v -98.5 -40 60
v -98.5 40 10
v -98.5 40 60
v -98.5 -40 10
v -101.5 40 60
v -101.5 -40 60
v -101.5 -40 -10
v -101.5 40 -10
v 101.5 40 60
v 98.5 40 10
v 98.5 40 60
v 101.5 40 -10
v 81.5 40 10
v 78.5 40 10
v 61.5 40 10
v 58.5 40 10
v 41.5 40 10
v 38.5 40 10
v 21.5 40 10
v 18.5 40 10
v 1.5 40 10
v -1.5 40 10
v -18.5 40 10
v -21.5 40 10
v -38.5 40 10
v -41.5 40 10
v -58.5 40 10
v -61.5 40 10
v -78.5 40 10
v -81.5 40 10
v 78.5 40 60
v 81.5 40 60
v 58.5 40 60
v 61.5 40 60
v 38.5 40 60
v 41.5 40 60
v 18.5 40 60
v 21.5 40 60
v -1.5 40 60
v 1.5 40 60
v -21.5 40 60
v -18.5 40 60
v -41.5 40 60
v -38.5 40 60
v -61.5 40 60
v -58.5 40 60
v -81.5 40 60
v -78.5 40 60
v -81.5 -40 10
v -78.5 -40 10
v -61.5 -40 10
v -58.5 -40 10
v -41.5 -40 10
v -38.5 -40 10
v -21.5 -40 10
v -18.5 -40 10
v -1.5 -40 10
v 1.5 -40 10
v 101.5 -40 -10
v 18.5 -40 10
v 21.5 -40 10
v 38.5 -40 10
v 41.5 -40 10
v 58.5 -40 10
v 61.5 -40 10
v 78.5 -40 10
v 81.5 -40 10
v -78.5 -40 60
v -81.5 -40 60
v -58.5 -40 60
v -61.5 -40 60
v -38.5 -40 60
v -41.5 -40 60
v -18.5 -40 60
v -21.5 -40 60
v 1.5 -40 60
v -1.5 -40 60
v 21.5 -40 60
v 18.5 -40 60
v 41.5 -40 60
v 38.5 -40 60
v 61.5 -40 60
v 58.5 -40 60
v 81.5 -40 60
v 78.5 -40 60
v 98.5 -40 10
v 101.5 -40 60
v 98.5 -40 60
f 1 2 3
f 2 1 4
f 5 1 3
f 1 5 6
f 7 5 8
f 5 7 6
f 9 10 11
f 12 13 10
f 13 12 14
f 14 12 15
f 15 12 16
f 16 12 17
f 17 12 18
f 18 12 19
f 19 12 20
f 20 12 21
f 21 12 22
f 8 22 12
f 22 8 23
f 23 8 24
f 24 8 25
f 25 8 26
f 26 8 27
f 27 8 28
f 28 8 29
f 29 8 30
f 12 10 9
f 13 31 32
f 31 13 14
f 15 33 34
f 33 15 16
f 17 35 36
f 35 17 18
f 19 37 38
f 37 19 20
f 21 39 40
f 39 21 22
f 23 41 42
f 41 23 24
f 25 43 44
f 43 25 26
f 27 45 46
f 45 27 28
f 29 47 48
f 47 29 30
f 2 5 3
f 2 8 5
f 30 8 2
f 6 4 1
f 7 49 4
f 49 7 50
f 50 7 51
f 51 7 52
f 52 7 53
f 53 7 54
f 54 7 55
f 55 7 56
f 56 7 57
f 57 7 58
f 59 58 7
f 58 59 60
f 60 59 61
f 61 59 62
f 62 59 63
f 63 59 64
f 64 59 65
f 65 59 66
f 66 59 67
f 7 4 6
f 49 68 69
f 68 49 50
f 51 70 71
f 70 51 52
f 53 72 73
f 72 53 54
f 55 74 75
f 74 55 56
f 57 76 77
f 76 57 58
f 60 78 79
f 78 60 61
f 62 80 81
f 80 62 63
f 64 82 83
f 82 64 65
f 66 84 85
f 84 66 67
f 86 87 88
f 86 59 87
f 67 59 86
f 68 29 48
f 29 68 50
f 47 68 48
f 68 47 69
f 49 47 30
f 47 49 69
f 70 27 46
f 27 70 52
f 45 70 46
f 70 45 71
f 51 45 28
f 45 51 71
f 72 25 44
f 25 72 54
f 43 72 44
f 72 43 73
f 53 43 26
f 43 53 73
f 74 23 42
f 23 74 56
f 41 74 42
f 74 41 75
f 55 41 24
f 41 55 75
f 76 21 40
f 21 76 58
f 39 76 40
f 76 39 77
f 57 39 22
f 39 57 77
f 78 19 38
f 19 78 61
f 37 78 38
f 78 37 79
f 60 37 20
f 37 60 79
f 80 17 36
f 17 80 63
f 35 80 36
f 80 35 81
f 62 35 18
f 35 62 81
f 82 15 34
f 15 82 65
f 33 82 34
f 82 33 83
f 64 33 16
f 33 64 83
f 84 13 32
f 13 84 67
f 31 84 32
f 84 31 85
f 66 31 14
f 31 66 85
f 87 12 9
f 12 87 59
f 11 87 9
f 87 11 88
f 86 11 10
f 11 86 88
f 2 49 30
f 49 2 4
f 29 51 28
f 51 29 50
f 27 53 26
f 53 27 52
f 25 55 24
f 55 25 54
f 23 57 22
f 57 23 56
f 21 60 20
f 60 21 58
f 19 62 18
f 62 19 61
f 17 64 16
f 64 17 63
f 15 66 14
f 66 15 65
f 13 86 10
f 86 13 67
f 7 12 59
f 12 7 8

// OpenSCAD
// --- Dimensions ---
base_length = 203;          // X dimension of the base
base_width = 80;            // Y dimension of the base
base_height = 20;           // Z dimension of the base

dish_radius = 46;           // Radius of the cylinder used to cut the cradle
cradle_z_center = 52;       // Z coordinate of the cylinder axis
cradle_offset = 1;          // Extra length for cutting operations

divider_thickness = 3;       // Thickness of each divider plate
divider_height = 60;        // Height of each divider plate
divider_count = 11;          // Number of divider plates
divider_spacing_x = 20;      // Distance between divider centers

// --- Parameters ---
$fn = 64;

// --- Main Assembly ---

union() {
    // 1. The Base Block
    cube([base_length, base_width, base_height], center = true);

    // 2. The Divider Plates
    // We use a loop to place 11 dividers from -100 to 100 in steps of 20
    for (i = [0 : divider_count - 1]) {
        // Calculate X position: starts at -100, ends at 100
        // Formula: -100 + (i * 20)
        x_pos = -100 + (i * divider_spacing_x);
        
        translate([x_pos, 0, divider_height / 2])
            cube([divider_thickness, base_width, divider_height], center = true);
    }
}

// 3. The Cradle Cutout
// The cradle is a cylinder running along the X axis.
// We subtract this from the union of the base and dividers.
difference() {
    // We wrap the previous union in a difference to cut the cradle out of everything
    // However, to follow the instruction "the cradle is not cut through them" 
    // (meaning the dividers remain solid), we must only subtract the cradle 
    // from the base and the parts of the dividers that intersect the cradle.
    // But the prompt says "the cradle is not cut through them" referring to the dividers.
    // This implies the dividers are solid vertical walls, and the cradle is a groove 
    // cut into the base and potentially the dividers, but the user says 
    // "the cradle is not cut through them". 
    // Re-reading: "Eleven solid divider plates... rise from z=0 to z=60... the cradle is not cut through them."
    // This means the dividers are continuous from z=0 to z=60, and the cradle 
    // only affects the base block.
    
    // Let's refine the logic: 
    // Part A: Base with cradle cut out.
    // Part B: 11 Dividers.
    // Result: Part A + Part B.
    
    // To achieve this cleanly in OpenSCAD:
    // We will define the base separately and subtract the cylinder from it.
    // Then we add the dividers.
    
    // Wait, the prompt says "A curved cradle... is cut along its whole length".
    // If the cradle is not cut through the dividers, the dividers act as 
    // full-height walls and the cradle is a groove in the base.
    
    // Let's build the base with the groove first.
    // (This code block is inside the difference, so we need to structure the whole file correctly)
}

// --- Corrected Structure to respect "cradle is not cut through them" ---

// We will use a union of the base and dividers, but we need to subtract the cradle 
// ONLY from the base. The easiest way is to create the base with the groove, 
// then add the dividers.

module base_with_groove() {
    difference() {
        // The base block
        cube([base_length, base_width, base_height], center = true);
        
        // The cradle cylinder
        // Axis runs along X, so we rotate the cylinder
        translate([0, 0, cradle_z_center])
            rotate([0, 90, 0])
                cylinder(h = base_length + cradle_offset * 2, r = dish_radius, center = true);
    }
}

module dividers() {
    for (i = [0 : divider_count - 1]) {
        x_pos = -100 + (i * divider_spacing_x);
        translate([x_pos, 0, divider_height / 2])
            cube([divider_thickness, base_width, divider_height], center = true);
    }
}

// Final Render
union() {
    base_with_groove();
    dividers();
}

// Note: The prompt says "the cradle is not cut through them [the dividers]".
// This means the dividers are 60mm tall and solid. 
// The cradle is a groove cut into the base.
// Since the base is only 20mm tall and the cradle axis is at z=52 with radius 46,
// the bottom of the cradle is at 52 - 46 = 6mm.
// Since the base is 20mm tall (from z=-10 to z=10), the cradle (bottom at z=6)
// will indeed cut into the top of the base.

☆ ☆ ☆ ☆ ☆ ☆ ☆

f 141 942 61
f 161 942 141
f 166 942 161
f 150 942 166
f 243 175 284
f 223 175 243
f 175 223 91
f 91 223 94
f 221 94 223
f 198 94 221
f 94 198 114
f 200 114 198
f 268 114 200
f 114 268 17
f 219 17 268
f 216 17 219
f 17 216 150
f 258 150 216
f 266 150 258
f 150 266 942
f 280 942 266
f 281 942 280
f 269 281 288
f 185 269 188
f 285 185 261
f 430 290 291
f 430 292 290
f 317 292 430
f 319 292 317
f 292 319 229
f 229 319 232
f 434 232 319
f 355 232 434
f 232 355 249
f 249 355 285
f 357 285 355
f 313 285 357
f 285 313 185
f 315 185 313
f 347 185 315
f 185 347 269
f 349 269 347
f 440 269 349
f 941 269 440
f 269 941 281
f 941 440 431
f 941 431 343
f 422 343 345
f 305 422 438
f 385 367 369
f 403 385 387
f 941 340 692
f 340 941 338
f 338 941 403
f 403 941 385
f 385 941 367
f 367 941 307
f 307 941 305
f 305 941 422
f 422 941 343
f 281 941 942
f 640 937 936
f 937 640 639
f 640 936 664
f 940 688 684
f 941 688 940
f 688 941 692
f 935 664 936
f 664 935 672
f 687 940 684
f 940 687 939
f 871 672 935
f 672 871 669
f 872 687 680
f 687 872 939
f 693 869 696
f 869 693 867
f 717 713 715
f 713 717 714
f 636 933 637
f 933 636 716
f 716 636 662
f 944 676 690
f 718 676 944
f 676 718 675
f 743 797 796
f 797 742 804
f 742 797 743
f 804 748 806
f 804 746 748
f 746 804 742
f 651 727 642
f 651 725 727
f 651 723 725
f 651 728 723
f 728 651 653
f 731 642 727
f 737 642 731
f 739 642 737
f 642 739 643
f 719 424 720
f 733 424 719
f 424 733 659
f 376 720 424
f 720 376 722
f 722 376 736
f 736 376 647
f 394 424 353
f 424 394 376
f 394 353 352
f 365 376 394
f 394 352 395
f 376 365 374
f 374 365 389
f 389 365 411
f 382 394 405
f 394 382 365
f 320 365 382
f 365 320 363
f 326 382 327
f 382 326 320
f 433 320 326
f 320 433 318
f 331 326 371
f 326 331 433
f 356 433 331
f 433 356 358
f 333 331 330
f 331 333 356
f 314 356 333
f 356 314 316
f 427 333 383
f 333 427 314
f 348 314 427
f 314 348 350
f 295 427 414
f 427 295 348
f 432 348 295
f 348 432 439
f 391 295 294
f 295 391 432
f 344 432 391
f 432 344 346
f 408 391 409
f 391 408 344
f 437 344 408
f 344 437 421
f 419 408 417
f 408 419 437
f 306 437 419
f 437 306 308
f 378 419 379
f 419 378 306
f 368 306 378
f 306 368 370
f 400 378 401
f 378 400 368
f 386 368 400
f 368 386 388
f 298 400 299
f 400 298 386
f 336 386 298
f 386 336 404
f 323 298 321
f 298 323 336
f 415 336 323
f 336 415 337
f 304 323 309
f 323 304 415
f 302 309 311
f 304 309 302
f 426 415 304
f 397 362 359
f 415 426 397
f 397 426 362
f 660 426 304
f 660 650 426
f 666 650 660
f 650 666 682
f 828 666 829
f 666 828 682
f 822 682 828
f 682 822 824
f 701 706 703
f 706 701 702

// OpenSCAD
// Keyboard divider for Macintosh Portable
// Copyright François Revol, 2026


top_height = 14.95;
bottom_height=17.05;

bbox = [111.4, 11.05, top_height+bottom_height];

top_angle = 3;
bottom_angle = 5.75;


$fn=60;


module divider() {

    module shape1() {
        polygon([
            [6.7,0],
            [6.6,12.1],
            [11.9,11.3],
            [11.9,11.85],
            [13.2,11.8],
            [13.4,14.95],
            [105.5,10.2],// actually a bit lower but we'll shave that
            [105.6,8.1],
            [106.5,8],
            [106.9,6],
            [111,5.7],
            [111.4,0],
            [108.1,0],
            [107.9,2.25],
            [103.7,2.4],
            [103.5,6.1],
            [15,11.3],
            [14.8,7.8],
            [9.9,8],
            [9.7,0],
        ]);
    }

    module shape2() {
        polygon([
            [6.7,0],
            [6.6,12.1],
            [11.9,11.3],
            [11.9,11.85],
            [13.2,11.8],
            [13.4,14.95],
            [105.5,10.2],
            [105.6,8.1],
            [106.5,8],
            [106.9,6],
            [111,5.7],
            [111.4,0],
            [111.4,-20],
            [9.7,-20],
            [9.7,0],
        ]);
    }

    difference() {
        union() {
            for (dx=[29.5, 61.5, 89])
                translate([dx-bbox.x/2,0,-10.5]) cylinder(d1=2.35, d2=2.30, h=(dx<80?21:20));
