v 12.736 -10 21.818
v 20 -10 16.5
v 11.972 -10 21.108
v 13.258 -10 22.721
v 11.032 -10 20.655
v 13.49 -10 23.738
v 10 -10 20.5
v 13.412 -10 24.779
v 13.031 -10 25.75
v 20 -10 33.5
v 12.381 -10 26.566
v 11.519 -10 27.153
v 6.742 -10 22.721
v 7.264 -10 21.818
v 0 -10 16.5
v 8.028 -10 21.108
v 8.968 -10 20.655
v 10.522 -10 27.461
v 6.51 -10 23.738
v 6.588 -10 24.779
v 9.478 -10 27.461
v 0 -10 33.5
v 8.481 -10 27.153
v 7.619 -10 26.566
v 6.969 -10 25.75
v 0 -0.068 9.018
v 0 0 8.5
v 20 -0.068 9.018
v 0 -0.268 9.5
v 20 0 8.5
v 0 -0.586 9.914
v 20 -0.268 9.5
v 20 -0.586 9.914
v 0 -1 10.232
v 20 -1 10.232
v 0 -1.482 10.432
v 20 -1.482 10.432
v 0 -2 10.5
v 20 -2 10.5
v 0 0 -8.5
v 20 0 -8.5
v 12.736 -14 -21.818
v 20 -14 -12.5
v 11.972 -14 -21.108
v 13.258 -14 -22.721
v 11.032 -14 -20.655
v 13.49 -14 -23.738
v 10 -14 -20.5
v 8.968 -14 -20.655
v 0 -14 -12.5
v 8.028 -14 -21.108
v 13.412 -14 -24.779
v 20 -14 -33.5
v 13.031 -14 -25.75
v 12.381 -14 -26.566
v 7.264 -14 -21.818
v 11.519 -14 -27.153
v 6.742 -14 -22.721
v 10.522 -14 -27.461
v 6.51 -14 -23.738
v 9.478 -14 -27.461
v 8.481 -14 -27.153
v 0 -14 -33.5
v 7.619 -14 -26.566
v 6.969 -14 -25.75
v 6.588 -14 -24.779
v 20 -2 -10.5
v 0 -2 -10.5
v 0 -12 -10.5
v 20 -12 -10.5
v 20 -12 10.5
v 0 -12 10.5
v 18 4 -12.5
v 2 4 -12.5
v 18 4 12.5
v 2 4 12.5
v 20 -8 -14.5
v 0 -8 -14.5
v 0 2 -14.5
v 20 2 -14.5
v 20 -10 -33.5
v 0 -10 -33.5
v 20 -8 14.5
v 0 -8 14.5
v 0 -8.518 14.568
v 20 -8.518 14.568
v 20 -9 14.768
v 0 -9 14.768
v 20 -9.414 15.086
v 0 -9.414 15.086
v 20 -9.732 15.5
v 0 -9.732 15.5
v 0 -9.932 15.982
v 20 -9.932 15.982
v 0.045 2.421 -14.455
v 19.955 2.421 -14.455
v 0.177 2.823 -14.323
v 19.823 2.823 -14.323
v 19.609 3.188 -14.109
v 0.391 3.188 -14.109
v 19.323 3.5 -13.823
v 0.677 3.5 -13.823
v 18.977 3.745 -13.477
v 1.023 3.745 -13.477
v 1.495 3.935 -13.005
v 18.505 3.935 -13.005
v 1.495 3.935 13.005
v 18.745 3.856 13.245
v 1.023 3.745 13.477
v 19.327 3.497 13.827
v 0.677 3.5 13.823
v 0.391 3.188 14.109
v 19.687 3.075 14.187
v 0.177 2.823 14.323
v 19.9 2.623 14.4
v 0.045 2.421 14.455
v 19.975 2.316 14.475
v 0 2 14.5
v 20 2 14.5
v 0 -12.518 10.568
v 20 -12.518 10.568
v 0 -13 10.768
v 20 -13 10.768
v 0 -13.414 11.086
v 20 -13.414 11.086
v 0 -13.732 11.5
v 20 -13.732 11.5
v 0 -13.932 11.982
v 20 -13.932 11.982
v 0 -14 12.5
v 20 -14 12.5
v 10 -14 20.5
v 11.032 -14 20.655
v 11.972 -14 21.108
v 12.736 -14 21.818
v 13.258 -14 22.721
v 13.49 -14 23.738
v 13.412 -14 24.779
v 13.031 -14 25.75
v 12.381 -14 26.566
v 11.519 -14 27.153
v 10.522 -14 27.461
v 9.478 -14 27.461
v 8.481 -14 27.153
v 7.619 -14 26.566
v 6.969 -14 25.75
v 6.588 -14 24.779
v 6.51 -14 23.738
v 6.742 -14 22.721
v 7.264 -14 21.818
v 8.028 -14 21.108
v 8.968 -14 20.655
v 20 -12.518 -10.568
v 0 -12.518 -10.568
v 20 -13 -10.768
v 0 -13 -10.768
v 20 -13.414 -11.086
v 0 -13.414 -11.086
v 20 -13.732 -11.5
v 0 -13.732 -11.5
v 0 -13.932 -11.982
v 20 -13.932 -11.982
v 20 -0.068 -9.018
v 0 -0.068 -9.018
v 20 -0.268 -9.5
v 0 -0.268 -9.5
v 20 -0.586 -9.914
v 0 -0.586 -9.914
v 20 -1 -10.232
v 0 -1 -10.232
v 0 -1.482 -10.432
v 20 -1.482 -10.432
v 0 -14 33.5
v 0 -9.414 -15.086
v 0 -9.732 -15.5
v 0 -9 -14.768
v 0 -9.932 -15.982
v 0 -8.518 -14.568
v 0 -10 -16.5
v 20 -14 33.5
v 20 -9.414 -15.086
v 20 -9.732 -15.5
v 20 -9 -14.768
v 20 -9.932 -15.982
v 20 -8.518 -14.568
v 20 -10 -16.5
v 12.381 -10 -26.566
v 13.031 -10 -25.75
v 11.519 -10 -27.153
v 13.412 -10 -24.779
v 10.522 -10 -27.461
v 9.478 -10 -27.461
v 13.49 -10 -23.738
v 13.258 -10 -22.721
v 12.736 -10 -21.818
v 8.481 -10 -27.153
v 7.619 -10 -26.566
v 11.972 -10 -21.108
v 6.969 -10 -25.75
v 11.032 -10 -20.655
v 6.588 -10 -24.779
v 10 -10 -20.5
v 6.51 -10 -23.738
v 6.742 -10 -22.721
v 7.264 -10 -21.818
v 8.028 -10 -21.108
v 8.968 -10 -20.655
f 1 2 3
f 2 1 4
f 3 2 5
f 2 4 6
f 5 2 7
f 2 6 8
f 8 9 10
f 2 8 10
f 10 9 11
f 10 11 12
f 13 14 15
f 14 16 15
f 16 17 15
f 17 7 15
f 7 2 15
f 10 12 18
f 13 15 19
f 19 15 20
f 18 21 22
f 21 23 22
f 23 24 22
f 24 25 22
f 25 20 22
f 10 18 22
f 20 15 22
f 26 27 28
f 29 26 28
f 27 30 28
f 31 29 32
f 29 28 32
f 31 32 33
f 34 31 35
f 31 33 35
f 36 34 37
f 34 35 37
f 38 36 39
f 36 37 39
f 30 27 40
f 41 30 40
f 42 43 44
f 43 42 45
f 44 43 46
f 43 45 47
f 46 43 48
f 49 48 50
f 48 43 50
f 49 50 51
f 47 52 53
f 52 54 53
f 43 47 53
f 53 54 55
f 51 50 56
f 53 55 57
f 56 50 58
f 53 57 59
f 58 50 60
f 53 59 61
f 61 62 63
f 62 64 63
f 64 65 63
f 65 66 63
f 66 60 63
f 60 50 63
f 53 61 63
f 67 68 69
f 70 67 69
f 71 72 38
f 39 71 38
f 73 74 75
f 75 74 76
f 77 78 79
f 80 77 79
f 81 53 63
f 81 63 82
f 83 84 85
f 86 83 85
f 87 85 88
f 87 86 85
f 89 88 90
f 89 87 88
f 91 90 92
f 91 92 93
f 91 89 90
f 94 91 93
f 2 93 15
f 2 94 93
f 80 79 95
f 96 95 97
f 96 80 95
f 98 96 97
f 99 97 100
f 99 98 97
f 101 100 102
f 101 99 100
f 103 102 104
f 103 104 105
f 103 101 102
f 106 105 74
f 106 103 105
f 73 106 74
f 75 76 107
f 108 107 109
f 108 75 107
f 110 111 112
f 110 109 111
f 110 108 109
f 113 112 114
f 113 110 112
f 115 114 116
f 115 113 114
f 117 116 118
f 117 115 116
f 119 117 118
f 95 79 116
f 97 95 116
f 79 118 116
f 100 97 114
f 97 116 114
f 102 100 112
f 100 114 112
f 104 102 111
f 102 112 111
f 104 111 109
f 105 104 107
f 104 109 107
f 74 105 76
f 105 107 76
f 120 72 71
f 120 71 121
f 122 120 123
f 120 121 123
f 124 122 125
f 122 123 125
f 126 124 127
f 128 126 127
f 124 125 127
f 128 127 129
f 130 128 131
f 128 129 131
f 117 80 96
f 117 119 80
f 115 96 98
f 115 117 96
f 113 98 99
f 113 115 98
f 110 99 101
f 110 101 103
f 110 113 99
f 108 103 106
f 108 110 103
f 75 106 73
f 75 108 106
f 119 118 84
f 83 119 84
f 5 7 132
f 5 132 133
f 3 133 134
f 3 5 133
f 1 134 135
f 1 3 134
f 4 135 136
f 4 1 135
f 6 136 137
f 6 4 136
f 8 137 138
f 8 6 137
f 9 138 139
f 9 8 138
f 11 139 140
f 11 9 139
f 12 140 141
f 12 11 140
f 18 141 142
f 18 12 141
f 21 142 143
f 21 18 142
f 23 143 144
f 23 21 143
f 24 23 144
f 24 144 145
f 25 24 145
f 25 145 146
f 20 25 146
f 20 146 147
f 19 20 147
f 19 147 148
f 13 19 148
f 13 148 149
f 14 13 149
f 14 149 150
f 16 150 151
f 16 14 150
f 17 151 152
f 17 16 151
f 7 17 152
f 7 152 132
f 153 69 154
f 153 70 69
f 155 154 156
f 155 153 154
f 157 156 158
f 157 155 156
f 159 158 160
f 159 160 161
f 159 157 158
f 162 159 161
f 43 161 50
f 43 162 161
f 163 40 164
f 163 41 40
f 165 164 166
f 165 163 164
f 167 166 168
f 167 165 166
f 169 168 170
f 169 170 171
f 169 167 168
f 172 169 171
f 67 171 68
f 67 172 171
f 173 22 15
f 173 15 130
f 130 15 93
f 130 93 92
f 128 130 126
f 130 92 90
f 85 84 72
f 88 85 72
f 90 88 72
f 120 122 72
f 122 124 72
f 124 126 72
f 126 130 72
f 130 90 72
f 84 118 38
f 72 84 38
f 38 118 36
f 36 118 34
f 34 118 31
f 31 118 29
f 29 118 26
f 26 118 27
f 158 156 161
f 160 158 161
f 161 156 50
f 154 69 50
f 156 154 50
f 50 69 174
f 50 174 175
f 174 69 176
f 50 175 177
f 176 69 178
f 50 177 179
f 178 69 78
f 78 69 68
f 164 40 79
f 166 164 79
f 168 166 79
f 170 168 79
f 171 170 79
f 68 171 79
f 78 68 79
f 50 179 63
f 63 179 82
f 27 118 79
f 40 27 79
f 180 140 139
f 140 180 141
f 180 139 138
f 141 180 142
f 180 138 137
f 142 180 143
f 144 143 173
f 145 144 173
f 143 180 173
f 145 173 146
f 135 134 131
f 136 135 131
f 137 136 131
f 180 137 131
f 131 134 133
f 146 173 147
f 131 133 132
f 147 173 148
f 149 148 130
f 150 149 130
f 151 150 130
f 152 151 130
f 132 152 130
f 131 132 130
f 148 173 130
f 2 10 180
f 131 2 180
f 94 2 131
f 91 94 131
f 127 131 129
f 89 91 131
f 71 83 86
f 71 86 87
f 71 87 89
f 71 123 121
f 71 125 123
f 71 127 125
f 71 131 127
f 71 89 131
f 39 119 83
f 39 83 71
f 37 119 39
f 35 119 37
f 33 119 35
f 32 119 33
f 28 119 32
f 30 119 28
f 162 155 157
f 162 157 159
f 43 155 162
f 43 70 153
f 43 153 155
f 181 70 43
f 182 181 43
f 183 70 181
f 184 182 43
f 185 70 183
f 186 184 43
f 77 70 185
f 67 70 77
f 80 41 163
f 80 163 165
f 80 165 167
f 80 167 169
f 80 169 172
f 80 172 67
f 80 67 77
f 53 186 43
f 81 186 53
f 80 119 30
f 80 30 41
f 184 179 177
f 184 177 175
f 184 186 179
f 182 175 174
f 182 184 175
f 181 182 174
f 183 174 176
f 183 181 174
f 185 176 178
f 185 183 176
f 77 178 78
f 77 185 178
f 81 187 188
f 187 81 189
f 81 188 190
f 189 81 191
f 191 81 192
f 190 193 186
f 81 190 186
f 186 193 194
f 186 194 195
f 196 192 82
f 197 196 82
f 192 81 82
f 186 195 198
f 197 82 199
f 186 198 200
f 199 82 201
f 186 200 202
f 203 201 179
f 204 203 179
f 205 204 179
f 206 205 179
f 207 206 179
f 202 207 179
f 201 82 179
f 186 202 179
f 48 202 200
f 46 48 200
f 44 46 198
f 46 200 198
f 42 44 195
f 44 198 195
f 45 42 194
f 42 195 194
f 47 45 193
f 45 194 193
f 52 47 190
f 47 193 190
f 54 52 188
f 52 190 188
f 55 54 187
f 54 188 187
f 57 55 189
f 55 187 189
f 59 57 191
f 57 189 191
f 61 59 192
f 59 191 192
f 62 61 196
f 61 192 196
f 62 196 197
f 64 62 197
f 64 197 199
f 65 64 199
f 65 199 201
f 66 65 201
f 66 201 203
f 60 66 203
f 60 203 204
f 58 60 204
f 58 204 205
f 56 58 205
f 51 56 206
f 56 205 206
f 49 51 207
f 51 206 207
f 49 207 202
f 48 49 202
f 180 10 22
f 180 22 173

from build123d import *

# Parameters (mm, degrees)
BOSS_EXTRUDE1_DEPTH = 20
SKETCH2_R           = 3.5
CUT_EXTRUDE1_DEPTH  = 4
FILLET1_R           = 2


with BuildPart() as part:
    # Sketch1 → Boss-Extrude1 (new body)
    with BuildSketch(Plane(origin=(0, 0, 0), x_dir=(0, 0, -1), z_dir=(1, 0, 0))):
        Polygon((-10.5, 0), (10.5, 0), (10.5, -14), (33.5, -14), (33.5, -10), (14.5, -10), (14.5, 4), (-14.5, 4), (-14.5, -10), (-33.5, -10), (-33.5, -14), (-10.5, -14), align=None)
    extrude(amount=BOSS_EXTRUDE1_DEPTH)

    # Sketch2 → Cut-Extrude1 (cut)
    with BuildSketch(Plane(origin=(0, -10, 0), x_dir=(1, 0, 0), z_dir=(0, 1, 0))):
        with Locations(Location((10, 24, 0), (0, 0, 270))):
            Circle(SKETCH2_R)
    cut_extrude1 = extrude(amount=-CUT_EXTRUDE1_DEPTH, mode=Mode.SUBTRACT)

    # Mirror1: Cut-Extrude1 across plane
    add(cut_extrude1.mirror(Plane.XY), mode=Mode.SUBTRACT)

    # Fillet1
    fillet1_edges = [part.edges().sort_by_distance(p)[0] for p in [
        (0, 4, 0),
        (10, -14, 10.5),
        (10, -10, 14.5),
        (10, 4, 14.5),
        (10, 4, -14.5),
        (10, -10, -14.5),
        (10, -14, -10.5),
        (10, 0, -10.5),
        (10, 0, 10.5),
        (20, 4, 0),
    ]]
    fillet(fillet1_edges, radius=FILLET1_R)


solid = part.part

☆ ☆ ☆ ☆ ☆ ☆ ☆

* INSTRUCTIONS FOR THE TASK: Print only what lies in the material above starting at the line with "v -98.5 -40 60" and ending at the line with "v -78.5 -40 60", every line exactly as given.

* RESULT FOR THIS TASK:
v -98.5 -40 60
v -98.5 40 10
v -98.5 40 60
v -98.5 -40 10
v -101.5 40 60
v -101.5 -40 60
v -101.5 -40 -10
v -101.5 40 -10
v 101.5 40 60
v 98.5 40 10
v 98.5 40 60
v 101.5 40 -10
v 81.5 40 10
v 78.5 40 10
v 61.5 40 10
v 58.5 40 10
v 41.5 40 10
v 38.5 40 10
v 21.5 40 10
v 18.5 40 10
v 1.5 40 10
v -1.5 40 10
v -18.5 40 10
v -21.5 40 10
v -38.5 40 10
v -41.5 40 10
v -58.5 40 10
v -61.5 40 10
v -78.5 40 10
v -81.5 40 10
v 78.5 40 60
v 81.5 40 60
v 58.5 40 60
v 61.5 40 60
v 38.5 40 60
v 41.5 40 60
v 18.5 40 60
v 21.5 40 60
v -1.5 40 60
v 1.5 40 60
v -21.5 40 60
v -18.5 40 60
v -41.5 40 60
v -38.5 40 60
v -61.5 40 60
v -58.5 40 60
v -81.5 40 60
v -78.5 40 60
v -81.5 -40 10
v -78.5 -40 10
v -61.5 -40 10
v -58.5 -40 10
v -41.5 -40 10
v -38.5 -40 10
v -21.5 -40 10
v -18.5 -40 10
v -1.5 -40 10
v 1.5 -40 10
v 101.5 -40 -10
v 18.5 -40 10
v 21.5 -40 10
v 38.5 -40 10
v 41.5 -40 10
v 58.5 -40 10
v 61.5 -40 10
v 78.5 -40 10
v 81.5 -40 10
v -78.5 -40 60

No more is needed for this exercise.